*** Opening Provided entries ***

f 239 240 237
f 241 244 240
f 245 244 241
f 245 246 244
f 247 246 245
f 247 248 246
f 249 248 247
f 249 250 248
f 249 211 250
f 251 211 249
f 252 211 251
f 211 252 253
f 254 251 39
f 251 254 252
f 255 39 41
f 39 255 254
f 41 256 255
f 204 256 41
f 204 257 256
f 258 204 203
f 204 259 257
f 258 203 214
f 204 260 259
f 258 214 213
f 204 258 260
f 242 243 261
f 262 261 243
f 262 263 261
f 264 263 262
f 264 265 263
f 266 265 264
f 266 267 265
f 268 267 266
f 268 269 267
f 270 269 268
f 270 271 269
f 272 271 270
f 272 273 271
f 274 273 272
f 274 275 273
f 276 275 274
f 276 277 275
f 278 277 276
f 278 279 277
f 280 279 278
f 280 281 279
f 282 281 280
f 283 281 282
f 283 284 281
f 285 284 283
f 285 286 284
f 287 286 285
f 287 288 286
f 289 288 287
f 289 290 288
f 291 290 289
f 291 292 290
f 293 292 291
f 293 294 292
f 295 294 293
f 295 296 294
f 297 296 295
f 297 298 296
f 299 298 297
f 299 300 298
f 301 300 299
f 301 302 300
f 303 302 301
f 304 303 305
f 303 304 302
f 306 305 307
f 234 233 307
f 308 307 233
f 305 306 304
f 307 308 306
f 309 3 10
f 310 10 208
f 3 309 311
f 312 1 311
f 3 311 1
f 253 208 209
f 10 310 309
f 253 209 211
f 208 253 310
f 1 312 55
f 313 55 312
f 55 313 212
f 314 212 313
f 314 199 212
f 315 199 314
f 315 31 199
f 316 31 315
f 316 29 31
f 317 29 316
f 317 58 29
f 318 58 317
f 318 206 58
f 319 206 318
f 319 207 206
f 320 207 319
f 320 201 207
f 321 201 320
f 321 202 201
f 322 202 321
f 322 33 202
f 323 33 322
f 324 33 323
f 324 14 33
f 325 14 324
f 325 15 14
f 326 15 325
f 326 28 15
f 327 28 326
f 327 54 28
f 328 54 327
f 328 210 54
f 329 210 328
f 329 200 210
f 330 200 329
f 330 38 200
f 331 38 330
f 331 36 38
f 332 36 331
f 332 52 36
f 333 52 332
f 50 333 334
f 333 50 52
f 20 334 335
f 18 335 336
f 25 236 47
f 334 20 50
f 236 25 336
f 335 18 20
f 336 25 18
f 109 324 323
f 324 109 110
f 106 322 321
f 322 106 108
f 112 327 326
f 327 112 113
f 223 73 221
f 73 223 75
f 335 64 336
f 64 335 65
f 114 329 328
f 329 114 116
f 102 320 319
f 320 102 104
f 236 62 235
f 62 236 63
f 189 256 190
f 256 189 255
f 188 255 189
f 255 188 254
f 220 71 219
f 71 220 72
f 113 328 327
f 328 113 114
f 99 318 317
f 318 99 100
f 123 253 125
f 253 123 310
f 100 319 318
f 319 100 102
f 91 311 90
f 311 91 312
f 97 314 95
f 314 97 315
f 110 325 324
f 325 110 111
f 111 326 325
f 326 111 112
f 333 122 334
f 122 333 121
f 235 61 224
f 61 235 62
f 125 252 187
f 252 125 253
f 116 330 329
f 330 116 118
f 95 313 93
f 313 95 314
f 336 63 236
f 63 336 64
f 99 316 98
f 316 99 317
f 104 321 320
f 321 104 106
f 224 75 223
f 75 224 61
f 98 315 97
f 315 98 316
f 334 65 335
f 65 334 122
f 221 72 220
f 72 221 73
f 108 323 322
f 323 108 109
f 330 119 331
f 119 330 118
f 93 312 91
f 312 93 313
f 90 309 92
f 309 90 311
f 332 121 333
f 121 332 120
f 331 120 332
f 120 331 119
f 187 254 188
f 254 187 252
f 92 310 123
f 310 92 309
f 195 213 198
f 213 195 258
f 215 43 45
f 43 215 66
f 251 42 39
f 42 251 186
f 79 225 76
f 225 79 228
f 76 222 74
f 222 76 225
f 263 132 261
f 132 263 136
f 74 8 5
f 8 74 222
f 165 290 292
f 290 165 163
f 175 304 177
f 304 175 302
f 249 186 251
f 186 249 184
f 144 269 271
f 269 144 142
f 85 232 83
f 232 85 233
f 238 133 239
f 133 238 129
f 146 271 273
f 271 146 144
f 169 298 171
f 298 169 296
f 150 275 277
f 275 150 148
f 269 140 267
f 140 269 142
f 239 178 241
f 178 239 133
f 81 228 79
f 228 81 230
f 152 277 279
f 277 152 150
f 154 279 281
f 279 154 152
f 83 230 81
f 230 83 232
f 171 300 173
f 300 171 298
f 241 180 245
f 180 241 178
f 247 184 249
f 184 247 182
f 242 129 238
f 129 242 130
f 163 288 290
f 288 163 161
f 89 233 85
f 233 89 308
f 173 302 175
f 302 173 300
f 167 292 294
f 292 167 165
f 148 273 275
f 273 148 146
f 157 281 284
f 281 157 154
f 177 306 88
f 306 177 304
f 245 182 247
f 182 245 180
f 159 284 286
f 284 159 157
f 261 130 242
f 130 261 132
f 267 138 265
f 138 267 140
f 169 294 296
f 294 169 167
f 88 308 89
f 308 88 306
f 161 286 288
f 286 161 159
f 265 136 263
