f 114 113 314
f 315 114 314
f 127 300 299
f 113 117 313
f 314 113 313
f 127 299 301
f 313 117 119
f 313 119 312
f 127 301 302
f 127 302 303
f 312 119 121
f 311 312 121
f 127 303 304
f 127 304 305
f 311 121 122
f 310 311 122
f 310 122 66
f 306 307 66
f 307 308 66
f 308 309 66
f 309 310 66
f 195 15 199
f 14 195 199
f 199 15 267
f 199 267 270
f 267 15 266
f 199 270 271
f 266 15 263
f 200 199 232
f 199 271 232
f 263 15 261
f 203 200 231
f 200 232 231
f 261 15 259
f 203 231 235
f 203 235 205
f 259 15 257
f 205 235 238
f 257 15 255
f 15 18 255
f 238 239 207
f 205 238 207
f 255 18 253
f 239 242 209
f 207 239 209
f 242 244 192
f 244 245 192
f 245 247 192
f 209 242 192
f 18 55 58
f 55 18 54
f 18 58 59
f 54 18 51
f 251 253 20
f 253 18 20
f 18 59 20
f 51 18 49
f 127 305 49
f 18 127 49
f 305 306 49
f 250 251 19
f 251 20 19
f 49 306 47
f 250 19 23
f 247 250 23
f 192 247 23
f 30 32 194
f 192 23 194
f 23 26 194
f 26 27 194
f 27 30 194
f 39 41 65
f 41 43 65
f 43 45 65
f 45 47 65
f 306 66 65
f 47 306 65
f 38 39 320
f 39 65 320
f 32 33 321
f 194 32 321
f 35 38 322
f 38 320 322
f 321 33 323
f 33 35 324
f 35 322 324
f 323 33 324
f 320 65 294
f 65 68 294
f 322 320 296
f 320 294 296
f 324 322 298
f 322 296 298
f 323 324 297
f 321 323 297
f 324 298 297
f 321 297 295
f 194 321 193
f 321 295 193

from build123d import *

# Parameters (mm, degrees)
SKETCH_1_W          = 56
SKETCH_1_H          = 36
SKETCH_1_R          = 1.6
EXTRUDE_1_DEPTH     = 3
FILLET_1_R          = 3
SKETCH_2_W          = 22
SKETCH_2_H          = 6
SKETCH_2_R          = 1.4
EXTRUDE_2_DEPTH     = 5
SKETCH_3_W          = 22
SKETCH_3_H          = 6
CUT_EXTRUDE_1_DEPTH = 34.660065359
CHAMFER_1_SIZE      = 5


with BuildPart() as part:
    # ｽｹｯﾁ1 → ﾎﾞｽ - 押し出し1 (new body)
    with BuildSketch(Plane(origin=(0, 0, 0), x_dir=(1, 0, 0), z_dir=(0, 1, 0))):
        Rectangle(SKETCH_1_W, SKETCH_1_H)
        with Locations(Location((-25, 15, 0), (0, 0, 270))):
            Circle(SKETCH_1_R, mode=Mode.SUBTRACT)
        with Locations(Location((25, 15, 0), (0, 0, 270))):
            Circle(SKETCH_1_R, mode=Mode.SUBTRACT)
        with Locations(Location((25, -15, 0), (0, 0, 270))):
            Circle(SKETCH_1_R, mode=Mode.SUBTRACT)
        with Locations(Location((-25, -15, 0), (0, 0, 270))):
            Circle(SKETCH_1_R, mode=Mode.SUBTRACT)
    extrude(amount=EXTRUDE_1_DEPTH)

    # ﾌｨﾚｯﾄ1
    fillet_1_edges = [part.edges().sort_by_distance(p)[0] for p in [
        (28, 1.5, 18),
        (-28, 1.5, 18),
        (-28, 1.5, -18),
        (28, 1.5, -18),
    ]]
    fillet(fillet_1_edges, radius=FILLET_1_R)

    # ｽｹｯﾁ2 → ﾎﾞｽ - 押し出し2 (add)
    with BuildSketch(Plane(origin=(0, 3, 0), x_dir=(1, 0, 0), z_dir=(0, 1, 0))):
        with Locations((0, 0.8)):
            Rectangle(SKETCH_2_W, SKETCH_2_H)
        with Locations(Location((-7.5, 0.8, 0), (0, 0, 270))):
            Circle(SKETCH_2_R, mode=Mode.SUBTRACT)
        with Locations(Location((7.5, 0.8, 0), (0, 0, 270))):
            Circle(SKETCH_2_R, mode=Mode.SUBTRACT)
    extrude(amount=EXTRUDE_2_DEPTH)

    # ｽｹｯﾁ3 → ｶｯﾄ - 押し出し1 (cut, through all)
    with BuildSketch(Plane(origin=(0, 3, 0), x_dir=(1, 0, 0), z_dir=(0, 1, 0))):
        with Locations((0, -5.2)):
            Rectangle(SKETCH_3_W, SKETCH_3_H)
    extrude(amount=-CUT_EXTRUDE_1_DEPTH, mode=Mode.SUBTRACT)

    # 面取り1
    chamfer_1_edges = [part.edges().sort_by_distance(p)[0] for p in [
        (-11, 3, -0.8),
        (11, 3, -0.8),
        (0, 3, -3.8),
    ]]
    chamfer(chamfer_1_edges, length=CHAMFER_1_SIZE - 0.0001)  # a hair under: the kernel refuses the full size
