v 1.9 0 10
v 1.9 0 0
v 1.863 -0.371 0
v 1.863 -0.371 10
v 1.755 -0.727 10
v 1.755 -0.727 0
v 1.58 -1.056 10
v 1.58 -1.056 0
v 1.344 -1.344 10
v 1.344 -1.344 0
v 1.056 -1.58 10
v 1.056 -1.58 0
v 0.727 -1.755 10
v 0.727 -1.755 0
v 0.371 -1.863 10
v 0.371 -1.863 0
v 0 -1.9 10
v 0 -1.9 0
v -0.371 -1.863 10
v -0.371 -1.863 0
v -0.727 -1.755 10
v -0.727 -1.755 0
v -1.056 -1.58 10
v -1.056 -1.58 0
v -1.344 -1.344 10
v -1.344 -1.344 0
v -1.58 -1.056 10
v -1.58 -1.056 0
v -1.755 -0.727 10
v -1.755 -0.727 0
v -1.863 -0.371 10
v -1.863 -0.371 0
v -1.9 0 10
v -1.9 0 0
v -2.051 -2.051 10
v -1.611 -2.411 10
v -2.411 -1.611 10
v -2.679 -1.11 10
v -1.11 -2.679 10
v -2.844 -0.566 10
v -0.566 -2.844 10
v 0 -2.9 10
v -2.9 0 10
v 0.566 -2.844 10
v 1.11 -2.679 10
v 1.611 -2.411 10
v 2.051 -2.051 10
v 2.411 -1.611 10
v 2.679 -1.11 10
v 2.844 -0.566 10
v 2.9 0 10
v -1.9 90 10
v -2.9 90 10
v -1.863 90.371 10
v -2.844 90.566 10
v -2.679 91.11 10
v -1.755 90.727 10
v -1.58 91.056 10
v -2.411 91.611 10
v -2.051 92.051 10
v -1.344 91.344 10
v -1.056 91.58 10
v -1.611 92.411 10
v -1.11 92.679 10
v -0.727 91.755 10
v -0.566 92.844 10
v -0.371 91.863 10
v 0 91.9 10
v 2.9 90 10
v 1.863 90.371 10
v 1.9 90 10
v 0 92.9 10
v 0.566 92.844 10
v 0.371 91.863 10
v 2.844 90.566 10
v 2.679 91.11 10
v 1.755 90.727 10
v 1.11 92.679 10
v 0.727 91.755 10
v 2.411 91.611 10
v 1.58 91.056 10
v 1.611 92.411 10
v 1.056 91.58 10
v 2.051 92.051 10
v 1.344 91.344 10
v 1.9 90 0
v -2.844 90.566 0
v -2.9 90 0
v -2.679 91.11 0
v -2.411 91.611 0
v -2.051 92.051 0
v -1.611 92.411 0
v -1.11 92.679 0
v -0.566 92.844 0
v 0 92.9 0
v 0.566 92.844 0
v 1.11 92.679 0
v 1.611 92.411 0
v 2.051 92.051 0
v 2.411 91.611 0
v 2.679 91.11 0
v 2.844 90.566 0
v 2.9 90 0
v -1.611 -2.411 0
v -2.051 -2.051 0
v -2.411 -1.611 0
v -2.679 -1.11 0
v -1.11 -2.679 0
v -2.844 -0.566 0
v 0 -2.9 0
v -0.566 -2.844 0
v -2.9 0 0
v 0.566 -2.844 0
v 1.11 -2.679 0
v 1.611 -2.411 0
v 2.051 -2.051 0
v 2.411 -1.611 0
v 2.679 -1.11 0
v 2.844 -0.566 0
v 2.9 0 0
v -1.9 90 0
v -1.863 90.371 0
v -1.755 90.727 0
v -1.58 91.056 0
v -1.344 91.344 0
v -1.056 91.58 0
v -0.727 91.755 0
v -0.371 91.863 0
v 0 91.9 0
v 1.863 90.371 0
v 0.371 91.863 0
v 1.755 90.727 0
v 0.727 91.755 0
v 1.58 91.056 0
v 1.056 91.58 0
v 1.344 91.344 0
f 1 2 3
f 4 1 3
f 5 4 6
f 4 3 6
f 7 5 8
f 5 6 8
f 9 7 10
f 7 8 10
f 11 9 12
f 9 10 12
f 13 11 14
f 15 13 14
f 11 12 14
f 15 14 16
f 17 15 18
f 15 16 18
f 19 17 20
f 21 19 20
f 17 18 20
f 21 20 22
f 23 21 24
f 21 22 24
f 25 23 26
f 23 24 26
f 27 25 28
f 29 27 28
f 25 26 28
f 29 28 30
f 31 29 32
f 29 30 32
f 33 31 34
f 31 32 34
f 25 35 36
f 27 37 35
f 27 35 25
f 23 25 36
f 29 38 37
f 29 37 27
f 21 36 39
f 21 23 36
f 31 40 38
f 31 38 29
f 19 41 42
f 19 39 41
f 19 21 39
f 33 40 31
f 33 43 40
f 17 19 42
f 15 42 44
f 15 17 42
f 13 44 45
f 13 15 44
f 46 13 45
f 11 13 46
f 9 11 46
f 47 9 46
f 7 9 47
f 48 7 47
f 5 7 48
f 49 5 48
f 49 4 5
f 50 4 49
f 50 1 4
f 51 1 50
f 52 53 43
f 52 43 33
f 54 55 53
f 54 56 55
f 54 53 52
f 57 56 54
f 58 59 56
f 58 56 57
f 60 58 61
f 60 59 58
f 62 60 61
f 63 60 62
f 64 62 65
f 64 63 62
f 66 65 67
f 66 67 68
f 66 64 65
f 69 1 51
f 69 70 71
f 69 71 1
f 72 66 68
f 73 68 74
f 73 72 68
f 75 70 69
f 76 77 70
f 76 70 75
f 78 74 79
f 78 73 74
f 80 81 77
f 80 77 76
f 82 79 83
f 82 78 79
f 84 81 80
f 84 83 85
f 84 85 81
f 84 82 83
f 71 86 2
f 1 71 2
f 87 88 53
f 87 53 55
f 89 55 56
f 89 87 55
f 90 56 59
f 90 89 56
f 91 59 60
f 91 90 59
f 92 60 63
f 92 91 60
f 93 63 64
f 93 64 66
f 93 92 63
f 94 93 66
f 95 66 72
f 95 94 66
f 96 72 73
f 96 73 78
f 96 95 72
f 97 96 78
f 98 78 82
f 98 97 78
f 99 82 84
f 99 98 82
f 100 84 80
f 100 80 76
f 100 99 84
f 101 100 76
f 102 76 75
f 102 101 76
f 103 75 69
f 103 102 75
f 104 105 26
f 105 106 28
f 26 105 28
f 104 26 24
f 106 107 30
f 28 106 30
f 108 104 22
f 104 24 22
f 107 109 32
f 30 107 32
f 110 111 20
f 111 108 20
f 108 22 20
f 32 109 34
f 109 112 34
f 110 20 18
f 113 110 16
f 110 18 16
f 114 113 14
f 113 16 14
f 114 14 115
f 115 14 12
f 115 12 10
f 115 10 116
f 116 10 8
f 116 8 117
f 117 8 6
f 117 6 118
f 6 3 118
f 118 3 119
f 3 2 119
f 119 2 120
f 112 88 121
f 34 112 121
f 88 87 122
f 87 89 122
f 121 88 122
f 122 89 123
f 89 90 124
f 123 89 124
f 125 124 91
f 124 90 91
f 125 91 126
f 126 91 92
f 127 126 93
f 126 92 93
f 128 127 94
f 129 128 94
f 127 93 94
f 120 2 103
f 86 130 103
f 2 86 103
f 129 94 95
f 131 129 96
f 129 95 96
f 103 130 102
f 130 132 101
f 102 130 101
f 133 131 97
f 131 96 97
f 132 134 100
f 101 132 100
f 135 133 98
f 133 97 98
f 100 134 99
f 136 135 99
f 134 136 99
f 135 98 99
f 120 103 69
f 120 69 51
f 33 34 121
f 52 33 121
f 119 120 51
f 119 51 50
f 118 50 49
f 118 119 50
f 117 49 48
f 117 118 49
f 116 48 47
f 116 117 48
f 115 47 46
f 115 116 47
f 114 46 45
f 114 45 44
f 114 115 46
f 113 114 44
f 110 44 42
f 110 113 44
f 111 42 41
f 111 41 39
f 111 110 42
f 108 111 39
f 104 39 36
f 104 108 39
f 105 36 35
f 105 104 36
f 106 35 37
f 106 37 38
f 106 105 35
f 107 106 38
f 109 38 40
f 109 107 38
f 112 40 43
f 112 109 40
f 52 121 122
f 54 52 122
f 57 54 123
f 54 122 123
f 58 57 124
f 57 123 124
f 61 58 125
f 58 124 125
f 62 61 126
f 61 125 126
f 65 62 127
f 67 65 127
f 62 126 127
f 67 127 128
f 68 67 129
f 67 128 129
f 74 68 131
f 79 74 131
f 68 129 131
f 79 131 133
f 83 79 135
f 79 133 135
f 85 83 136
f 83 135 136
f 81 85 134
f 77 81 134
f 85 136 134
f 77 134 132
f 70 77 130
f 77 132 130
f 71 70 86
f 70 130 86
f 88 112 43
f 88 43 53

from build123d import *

# Parameters (mm, degrees)
SURFACE_EXTRUDE1_1_DEPTH = 10
THICKEN1_T1              = 1


with BuildPart() as body_1:
    # Surface-Extrude1: a surface, the sketch's curves swept straight by 10 mm
    with BuildLine(Plane.XY, mode=Mode.PRIVATE) as surface_extrude1_1_path:
        Line((-1.9, 0), (-1.9, 90))
        ThreePointArc((-1.9, 90), (0, 91.9), (1.9, 90))
        Line((1.9, 90), (1.9, 0))
        ThreePointArc((1.9, 0), (0, -1.9), (-1.9, 0))
    surface_extrude1_1 = Shell.extrude(surface_extrude1_1_path.wire(), (0 * SURFACE_EXTRUDE1_1_DEPTH, 0 * SURFACE_EXTRUDE1_1_DEPTH, 1 * SURFACE_EXTRUDE1_1_DEPTH))
    add(Solid.thicken(surface_extrude1_1, THICKEN1_T1))


solid = body_1.part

*** Closing Provided entries ***

Beginning with the opening line above, retype the records exactly through the line with "f 204 258 260", both ends included.

● **Response**
f 239 240 237
f 241 244 240
f 245 244 241
f 245 246 244
f 247 246 245
f 247 248 246
f 249 248 247
f 249 250 248
f 249 211 250
f 251 211 249
f 252 211 251
f 211 252 253
f 254 251 39
f 251 254 252
f 255 39 41
f 39 255 254
f 41 256 255
f 204 256 41
f 204 257 256
f 258 204 203
f 204 259 257
f 258 203 214
f 204 260 259
f 258 214 213
f 204 258 260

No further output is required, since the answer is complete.